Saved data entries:
___

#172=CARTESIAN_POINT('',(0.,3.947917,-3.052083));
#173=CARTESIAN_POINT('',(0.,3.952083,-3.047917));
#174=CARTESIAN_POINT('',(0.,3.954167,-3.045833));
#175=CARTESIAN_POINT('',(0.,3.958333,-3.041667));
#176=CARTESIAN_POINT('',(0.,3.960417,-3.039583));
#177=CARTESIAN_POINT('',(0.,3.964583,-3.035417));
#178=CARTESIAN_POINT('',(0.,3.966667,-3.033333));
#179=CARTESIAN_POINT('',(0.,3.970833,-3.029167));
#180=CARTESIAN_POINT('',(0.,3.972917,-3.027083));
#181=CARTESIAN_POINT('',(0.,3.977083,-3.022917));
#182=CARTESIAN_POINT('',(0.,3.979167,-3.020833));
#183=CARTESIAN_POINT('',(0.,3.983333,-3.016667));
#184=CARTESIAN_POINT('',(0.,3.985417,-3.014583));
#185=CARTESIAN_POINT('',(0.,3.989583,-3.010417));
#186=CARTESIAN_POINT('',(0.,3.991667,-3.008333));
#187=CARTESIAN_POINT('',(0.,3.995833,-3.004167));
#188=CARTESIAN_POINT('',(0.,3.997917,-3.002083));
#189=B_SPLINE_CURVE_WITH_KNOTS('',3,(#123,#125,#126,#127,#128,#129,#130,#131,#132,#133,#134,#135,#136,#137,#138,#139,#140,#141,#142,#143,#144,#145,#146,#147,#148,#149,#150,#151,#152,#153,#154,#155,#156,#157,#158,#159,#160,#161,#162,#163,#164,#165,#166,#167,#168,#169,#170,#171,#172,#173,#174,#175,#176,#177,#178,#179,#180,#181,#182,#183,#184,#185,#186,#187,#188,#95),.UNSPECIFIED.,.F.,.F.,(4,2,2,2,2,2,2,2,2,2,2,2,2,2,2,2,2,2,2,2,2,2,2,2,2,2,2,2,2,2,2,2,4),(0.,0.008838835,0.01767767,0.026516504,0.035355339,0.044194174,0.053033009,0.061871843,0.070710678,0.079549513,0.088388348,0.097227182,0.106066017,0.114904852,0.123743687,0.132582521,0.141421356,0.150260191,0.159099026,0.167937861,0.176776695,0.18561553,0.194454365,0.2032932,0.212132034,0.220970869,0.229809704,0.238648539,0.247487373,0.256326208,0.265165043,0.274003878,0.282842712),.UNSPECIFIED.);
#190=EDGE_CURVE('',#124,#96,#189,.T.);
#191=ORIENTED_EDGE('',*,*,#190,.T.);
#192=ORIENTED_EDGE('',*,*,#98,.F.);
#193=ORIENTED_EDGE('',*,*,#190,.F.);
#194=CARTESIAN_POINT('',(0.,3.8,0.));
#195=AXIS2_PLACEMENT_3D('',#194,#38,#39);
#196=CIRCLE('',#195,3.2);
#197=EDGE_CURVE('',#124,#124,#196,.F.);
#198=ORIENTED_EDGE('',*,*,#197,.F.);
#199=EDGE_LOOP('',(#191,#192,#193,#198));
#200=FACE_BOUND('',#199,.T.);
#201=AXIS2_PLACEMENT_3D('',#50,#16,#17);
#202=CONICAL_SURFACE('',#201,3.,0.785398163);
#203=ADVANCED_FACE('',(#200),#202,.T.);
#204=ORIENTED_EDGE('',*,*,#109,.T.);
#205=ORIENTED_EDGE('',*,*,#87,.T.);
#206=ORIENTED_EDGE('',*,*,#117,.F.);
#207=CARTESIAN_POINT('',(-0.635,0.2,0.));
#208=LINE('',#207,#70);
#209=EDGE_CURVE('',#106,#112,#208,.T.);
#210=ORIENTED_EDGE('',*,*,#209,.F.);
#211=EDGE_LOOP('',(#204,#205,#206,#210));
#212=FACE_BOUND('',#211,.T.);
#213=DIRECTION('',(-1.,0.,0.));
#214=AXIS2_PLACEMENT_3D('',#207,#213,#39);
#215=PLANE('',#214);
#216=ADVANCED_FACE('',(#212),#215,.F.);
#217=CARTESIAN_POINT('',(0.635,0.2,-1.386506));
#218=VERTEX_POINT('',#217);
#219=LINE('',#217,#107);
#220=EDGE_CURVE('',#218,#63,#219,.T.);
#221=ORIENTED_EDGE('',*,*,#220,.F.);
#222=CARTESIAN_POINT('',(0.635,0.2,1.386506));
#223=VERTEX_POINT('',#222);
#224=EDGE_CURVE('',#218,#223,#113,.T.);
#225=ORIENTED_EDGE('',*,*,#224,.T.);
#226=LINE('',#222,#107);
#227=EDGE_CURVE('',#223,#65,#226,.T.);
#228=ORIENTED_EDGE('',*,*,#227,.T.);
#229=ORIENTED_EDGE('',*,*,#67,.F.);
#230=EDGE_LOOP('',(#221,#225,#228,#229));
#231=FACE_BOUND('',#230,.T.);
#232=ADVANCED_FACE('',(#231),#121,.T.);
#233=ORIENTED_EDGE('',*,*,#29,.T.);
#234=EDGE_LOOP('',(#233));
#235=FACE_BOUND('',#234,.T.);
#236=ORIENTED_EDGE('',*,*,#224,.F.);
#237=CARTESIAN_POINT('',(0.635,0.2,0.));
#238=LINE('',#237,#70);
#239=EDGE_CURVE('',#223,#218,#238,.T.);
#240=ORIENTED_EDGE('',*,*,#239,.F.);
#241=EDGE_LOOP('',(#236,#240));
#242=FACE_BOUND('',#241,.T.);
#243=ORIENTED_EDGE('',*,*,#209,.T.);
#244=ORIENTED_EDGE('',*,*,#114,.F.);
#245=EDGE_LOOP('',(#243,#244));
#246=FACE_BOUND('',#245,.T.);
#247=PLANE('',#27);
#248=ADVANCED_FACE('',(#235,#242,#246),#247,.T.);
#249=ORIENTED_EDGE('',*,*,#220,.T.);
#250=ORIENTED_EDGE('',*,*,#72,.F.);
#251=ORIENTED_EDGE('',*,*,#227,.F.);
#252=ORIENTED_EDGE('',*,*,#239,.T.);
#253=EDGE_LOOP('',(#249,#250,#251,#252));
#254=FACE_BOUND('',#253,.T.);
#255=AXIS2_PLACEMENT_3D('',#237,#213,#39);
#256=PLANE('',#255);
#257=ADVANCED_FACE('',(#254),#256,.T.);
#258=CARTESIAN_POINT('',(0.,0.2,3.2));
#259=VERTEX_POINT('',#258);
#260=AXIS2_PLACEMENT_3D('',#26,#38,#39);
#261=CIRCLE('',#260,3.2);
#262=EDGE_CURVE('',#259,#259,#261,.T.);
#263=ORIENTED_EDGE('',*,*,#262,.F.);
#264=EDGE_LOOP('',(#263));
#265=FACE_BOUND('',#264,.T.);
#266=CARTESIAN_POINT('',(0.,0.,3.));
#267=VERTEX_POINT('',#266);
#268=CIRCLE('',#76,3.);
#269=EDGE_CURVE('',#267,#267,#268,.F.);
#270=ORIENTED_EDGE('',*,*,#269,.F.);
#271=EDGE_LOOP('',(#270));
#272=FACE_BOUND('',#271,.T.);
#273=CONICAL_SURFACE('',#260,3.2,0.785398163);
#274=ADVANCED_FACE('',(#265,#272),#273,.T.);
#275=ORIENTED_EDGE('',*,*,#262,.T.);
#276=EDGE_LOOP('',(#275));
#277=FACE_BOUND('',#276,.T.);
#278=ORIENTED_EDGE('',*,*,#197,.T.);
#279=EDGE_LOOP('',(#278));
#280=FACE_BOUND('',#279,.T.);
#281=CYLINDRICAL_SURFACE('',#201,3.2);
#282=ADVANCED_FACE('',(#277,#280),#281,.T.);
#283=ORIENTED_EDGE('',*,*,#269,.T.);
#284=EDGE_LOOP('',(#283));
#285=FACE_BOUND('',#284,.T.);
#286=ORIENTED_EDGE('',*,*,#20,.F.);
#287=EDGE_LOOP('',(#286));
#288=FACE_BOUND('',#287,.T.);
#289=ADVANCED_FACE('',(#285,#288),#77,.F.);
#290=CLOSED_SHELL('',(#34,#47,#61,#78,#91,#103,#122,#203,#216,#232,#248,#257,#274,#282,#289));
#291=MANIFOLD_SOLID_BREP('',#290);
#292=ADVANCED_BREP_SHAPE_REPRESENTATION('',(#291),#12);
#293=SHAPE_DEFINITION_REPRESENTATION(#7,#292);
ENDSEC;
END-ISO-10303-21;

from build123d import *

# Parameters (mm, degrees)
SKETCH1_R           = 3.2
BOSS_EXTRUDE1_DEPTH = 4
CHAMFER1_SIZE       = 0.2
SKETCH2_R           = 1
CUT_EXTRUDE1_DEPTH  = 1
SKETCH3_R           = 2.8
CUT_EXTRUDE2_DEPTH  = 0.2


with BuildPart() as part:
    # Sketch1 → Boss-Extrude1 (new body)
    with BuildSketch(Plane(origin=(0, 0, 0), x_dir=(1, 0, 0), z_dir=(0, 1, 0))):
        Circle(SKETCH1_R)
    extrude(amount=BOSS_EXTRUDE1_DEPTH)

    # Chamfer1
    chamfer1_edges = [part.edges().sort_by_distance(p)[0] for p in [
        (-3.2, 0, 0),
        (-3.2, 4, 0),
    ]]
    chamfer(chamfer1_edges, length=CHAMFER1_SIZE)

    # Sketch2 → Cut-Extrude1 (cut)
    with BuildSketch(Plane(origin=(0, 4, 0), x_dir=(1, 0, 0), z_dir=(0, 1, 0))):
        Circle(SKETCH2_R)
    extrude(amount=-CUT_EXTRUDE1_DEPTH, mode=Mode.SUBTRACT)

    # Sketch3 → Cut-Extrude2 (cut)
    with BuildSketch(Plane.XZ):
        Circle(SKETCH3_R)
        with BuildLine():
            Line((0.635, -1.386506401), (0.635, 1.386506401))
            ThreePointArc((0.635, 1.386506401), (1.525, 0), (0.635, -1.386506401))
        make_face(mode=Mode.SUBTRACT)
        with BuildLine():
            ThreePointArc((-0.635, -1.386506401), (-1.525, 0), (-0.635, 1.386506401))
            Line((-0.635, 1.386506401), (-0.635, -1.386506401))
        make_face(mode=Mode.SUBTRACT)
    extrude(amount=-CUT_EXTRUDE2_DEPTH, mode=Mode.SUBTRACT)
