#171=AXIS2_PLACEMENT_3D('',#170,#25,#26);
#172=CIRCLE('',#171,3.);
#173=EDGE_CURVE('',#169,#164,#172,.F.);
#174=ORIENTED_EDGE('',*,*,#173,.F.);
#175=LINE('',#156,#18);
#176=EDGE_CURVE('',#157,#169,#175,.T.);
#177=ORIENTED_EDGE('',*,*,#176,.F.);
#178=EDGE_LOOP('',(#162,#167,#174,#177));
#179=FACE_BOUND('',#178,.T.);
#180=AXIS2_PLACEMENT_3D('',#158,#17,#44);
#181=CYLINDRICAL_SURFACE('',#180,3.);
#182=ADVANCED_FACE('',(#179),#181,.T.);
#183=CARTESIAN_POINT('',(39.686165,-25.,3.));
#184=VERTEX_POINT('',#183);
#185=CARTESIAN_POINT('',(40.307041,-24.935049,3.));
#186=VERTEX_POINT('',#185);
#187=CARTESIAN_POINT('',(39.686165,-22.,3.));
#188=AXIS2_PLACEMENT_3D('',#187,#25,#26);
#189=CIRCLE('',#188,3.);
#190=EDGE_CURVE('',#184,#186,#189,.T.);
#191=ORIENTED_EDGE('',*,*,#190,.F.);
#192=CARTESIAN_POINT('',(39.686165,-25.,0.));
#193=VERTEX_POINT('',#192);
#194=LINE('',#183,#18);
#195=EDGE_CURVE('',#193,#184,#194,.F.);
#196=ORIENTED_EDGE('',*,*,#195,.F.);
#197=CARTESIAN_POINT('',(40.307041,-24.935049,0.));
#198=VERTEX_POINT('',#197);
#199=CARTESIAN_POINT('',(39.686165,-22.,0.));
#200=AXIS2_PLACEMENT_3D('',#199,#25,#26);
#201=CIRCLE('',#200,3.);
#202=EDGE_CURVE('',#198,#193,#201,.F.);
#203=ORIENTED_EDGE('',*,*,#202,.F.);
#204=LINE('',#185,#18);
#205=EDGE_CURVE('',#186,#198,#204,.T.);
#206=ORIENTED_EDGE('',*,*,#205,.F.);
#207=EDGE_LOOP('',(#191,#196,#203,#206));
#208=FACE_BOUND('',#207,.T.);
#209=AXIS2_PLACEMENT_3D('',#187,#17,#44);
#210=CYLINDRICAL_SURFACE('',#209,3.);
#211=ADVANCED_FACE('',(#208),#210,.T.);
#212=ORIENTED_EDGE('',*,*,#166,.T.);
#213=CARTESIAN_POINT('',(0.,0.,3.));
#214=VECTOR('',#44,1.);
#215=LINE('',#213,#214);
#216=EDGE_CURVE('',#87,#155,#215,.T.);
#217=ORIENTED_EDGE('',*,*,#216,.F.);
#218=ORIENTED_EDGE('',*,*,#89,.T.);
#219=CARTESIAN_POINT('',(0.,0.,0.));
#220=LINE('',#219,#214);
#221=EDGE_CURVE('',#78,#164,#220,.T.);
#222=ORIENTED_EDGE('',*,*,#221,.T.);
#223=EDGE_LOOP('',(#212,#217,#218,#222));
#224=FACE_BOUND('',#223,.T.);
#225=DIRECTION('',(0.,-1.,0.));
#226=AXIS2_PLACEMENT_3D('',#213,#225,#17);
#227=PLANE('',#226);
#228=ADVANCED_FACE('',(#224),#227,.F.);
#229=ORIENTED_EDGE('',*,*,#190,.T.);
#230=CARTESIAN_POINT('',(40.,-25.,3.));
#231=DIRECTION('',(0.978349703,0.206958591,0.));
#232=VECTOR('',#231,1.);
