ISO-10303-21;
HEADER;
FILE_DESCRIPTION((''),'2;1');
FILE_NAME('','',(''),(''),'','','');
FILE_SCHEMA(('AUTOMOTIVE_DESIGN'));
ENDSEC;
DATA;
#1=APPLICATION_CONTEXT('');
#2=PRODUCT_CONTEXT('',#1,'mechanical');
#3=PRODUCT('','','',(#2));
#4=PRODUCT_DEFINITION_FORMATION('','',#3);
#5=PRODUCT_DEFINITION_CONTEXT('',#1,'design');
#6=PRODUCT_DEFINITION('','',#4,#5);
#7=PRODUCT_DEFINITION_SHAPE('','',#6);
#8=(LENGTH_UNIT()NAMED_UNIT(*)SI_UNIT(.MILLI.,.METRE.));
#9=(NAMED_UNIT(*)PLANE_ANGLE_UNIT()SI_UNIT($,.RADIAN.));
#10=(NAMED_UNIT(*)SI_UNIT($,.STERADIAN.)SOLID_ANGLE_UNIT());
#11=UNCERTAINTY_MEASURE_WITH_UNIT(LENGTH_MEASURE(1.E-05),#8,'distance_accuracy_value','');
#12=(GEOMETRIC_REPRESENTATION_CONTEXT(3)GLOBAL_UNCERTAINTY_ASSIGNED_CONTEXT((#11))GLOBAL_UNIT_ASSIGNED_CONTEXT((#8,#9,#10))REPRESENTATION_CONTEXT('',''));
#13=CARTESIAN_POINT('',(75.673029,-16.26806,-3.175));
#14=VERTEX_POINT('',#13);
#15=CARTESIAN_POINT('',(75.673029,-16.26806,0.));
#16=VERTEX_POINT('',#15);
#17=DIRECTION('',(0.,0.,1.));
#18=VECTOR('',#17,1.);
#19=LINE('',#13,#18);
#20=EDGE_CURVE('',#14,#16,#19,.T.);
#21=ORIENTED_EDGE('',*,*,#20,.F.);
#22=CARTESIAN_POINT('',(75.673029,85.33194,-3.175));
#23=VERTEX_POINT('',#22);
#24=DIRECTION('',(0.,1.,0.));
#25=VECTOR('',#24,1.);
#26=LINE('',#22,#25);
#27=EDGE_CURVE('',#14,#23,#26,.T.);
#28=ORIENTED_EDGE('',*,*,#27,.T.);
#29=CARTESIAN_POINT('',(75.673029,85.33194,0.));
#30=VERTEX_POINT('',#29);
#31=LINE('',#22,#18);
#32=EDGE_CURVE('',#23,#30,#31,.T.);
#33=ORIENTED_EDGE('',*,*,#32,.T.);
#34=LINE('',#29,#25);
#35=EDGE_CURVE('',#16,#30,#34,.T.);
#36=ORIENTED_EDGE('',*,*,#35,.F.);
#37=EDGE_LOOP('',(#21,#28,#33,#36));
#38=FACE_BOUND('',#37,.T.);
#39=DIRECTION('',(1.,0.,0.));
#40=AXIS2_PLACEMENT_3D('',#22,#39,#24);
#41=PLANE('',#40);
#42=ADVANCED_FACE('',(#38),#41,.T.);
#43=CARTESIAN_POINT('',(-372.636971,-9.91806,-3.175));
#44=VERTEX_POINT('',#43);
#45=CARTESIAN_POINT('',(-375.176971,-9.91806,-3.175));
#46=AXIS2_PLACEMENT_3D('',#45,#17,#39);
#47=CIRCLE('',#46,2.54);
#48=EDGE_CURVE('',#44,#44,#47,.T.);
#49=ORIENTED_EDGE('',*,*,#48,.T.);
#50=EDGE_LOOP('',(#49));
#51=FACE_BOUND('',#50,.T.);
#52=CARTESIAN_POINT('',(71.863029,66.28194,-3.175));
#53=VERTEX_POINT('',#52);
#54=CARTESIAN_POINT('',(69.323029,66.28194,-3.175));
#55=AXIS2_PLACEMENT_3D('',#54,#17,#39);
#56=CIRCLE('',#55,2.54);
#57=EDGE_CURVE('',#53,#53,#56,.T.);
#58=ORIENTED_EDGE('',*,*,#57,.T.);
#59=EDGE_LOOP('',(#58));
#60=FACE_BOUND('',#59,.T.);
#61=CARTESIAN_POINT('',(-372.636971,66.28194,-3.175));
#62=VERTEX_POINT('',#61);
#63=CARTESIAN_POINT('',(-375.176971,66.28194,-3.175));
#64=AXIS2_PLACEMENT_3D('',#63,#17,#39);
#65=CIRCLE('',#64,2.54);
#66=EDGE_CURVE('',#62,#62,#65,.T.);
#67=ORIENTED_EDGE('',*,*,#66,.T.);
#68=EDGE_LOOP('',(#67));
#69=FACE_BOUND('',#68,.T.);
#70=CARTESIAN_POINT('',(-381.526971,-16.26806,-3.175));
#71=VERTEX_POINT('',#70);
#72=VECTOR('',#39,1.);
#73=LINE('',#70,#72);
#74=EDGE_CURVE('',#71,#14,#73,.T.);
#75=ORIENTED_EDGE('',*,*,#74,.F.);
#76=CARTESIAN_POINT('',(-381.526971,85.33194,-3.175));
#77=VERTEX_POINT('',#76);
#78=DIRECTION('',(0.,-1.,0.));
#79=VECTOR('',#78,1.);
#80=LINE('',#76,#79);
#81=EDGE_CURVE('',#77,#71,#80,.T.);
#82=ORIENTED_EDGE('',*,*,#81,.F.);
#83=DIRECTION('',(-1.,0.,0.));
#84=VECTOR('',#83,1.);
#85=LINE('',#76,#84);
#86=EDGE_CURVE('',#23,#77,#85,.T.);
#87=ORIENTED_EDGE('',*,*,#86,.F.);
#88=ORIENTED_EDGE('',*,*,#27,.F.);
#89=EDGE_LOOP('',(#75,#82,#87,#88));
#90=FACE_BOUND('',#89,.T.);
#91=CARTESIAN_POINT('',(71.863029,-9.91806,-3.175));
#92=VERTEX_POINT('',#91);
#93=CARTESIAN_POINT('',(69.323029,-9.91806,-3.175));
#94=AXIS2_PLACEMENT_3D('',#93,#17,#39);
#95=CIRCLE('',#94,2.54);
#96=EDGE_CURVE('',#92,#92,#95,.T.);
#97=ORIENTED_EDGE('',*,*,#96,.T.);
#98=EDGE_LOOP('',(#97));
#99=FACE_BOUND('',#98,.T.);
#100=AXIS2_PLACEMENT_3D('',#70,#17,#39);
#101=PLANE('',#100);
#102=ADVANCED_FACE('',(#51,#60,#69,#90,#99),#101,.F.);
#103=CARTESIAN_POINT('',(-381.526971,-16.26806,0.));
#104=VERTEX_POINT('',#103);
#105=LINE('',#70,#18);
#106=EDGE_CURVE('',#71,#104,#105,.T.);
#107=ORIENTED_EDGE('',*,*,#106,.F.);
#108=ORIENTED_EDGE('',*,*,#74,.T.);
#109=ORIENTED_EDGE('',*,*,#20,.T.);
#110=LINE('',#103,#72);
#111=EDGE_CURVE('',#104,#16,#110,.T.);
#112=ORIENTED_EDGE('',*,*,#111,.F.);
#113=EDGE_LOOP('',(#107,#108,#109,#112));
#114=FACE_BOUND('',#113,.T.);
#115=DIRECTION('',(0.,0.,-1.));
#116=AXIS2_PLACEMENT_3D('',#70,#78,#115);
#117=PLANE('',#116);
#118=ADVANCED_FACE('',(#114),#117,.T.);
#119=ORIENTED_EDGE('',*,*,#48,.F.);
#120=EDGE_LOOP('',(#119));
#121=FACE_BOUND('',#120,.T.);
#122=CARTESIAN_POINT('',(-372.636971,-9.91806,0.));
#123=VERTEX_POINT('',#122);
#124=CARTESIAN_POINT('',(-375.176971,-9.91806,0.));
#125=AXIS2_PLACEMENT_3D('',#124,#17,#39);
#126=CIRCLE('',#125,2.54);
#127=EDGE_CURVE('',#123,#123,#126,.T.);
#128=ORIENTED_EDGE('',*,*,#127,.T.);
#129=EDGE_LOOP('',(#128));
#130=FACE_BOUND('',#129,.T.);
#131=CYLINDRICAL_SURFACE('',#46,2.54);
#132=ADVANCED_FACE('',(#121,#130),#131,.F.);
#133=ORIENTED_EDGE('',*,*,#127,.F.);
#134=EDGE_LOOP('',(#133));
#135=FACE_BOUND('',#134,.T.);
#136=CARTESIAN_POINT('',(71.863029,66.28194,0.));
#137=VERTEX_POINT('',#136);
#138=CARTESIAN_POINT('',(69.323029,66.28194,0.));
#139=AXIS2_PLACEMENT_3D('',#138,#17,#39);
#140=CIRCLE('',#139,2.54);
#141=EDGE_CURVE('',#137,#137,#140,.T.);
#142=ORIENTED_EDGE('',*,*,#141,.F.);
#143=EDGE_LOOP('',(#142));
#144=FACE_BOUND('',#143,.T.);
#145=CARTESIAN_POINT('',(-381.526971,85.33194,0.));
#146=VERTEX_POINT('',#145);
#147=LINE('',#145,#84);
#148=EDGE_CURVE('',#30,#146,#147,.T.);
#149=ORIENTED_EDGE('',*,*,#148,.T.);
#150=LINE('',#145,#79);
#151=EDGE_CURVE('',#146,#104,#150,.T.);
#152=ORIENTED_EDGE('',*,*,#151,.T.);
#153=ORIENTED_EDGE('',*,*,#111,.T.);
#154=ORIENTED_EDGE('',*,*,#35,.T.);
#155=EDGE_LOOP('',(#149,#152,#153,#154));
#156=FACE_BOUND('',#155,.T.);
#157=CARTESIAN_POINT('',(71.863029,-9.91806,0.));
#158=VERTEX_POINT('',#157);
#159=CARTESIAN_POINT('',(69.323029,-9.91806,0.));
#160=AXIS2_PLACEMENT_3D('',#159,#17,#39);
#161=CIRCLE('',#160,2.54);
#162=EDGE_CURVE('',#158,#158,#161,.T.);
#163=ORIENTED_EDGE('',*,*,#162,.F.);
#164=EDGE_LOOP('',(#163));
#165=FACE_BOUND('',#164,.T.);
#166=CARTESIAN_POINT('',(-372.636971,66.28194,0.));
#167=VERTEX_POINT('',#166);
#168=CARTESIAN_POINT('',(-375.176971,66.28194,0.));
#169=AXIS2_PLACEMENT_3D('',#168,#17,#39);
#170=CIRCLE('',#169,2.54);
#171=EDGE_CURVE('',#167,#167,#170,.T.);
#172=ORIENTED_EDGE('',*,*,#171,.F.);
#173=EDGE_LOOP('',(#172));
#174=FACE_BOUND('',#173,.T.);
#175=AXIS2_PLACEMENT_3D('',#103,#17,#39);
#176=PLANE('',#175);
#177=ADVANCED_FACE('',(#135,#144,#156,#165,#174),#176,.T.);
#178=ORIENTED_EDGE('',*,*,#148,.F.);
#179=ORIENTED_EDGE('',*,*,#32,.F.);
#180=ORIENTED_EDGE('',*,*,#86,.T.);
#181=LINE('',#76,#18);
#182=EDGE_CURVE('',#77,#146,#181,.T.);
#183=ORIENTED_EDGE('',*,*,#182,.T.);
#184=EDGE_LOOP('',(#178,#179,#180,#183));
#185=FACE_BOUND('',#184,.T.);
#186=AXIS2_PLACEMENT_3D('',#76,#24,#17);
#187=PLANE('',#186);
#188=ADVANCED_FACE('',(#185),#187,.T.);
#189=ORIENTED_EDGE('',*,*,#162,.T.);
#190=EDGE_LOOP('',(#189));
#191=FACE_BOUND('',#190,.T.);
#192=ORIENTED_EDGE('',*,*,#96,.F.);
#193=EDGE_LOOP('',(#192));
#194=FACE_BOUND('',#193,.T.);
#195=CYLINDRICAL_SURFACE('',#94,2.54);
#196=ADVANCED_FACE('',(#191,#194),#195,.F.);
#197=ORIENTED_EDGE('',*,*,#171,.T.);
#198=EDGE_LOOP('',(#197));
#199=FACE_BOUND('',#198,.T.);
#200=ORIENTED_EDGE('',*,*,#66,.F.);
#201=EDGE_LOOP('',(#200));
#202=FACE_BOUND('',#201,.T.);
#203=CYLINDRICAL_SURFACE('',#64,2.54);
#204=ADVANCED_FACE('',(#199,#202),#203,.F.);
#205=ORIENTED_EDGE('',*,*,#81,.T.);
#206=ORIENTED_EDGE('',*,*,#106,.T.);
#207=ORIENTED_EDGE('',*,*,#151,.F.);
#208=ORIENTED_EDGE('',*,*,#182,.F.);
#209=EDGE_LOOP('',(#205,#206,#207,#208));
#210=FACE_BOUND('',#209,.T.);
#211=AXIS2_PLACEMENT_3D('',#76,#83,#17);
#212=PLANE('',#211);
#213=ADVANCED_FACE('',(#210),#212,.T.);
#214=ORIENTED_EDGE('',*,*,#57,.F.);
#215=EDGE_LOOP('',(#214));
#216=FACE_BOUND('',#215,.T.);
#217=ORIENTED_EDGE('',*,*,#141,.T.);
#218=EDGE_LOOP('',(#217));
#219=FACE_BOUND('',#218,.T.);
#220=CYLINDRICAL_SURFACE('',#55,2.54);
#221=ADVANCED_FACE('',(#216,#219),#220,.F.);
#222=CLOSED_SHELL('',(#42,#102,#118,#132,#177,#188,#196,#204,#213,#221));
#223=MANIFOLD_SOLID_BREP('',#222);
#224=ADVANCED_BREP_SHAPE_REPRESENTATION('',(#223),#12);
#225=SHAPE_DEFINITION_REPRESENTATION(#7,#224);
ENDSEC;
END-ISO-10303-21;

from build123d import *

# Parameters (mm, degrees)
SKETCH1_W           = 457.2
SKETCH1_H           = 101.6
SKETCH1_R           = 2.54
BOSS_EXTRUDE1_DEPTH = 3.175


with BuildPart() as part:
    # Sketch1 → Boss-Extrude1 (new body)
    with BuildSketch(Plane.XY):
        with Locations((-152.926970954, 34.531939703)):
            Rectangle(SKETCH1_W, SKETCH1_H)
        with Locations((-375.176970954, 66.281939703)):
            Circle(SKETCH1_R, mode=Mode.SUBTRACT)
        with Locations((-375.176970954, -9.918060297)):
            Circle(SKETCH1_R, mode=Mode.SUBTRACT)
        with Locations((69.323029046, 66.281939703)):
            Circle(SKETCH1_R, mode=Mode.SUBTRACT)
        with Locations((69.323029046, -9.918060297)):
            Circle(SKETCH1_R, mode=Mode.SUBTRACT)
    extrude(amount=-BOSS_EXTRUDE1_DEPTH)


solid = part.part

___

▸ EXERCISE
Taking the lines above, repeat exactly those from the line that contains "#151=EDGE_CURVE('',#146,#104,#150,.T.);" through the line that contains "#201=EDGE_LOOP('',(#200));", and both of those lines as well. Include nothing else.

▸ EXPECTED OUTPUT
#151=EDGE_CURVE('',#146,#104,#150,.T.);
#152=ORIENTED_EDGE('',*,*,#151,.T.);
#153=ORIENTED_EDGE('',*,*,#111,.T.);
#154=ORIENTED_EDGE('',*,*,#35,.T.);
#155=EDGE_LOOP('',(#149,#152,#153,#154));
#156=FACE_BOUND('',#155,.T.);
#157=CARTESIAN_POINT('',(71.863029,-9.91806,0.));
#158=VERTEX_POINT('',#157);
#159=CARTESIAN_POINT('',(69.323029,-9.91806,0.));
#160=AXIS2_PLACEMENT_3D('',#159,#17,#39);
#161=CIRCLE('',#160,2.54);
#162=EDGE_CURVE('',#158,#158,#161,.T.);
#163=ORIENTED_EDGE('',*,*,#162,.F.);
#164=EDGE_LOOP('',(#163));
#165=FACE_BOUND('',#164,.T.);
#166=CARTESIAN_POINT('',(-372.636971,66.28194,0.));
#167=VERTEX_POINT('',#166);
#168=CARTESIAN_POINT('',(-375.176971,66.28194,0.));
#169=AXIS2_PLACEMENT_3D('',#168,#17,#39);
#170=CIRCLE('',#169,2.54);
#171=EDGE_CURVE('',#167,#167,#170,.T.);
#172=ORIENTED_EDGE('',*,*,#171,.F.);
#173=EDGE_LOOP('',(#172));
#174=FACE_BOUND('',#173,.T.);
#175=AXIS2_PLACEMENT_3D('',#103,#17,#39);
#176=PLANE('',#175);
#177=ADVANCED_FACE('',(#135,#144,#156,#165,#174),#176,.T.);
#178=ORIENTED_EDGE('',*,*,#148,.F.);
#179=ORIENTED_EDGE('',*,*,#32,.F.);
#180=ORIENTED_EDGE('',*,*,#86,.T.);
#181=LINE('',#76,#18);
#182=EDGE_CURVE('',#77,#146,#181,.T.);
#183=ORIENTED_EDGE('',*,*,#182,.T.);
#184=EDGE_LOOP('',(#178,#179,#180,#183));
#185=FACE_BOUND('',#184,.T.);
#186=AXIS2_PLACEMENT_3D('',#76,#24,#17);
#187=PLANE('',#186);
#188=ADVANCED_FACE('',(#185),#187,.T.);
#189=ORIENTED_EDGE('',*,*,#162,.T.);
#190=EDGE_LOOP('',(#189));
#191=FACE_BOUND('',#190,.T.);
#192=ORIENTED_EDGE('',*,*,#96,.F.);
#193=EDGE_LOOP('',(#192));
#194=FACE_BOUND('',#193,.T.);
#195=CYLINDRICAL_SURFACE('',#94,2.54);
#196=ADVANCED_FACE('',(#191,#194),#195,.F.);
#197=ORIENTED_EDGE('',*,*,#171,.T.);
#198=EDGE_LOOP('',(#197));
#199=FACE_BOUND('',#198,.T.);
#200=ORIENTED_EDGE('',*,*,#66,.F.);
#201=EDGE_LOOP('',(#200));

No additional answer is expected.